*** Begin section ***
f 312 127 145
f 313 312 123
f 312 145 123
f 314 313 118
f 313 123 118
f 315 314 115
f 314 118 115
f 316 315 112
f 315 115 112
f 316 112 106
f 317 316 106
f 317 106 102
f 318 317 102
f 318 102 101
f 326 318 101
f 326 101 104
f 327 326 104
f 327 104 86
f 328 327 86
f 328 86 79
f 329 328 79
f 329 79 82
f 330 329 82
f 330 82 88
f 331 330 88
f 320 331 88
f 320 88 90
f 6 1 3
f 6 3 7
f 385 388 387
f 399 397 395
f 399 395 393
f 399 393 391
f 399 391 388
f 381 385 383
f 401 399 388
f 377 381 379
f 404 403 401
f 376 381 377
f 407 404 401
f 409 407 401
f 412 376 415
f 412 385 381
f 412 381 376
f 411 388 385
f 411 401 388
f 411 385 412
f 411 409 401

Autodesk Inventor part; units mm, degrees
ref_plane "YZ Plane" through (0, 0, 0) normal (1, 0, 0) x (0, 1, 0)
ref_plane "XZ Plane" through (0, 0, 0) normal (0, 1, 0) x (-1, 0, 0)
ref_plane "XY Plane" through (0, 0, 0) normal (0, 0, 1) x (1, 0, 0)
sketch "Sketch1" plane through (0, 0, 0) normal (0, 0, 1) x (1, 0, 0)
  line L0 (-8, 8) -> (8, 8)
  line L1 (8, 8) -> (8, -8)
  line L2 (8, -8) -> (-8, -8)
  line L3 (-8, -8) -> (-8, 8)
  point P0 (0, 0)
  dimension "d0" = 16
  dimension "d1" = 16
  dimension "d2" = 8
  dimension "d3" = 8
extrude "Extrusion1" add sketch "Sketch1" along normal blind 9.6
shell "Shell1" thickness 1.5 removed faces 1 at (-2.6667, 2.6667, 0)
*** End section ***
What is being asked> Please make an exact copy of the lines from the one holding "f 329 79 82" through the final line of the records above, nothing more.

Task result>
f 329 79 82
f 330 329 82
f 330 82 88
f 331 330 88
f 320 331 88
f 320 88 90
f 6 1 3
f 6 3 7
f 385 388 387
f 399 397 395
f 399 395 393
f 399 393 391
f 399 391 388
f 381 385 383
f 401 399 388
f 377 381 379
f 404 403 401
f 376 381 377
f 407 404 401
f 409 407 401
f 412 376 415
f 412 385 381
f 412 381 376
f 411 388 385
f 411 401 388
f 411 385 412
f 411 409 401

Autodesk Inventor part; units mm, degrees
ref_plane "YZ Plane" through (0, 0, 0) normal (1, 0, 0) x (0, 1, 0)
ref_plane "XZ Plane" through (0, 0, 0) normal (0, 1, 0) x (-1, 0, 0)
ref_plane "XY Plane" through (0, 0, 0) normal (0, 0, 1) x (1, 0, 0)
sketch "Sketch1" plane through (0, 0, 0) normal (0, 0, 1) x (1, 0, 0)
  line L0 (-8, 8) -> (8, 8)
  line L1 (8, 8) -> (8, -8)
  line L2 (8, -8) -> (-8, -8)
  line L3 (-8, -8) -> (-8, 8)
  point P0 (0, 0)
  dimension "d0" = 16
  dimension "d1" = 16
  dimension "d2" = 8
  dimension "d3" = 8
extrude "Extrusion1" add sketch "Sketch1" along normal blind 9.6
shell "Shell1" thickness 1.5 removed faces 1 at (-2.6667, 2.6667, 0)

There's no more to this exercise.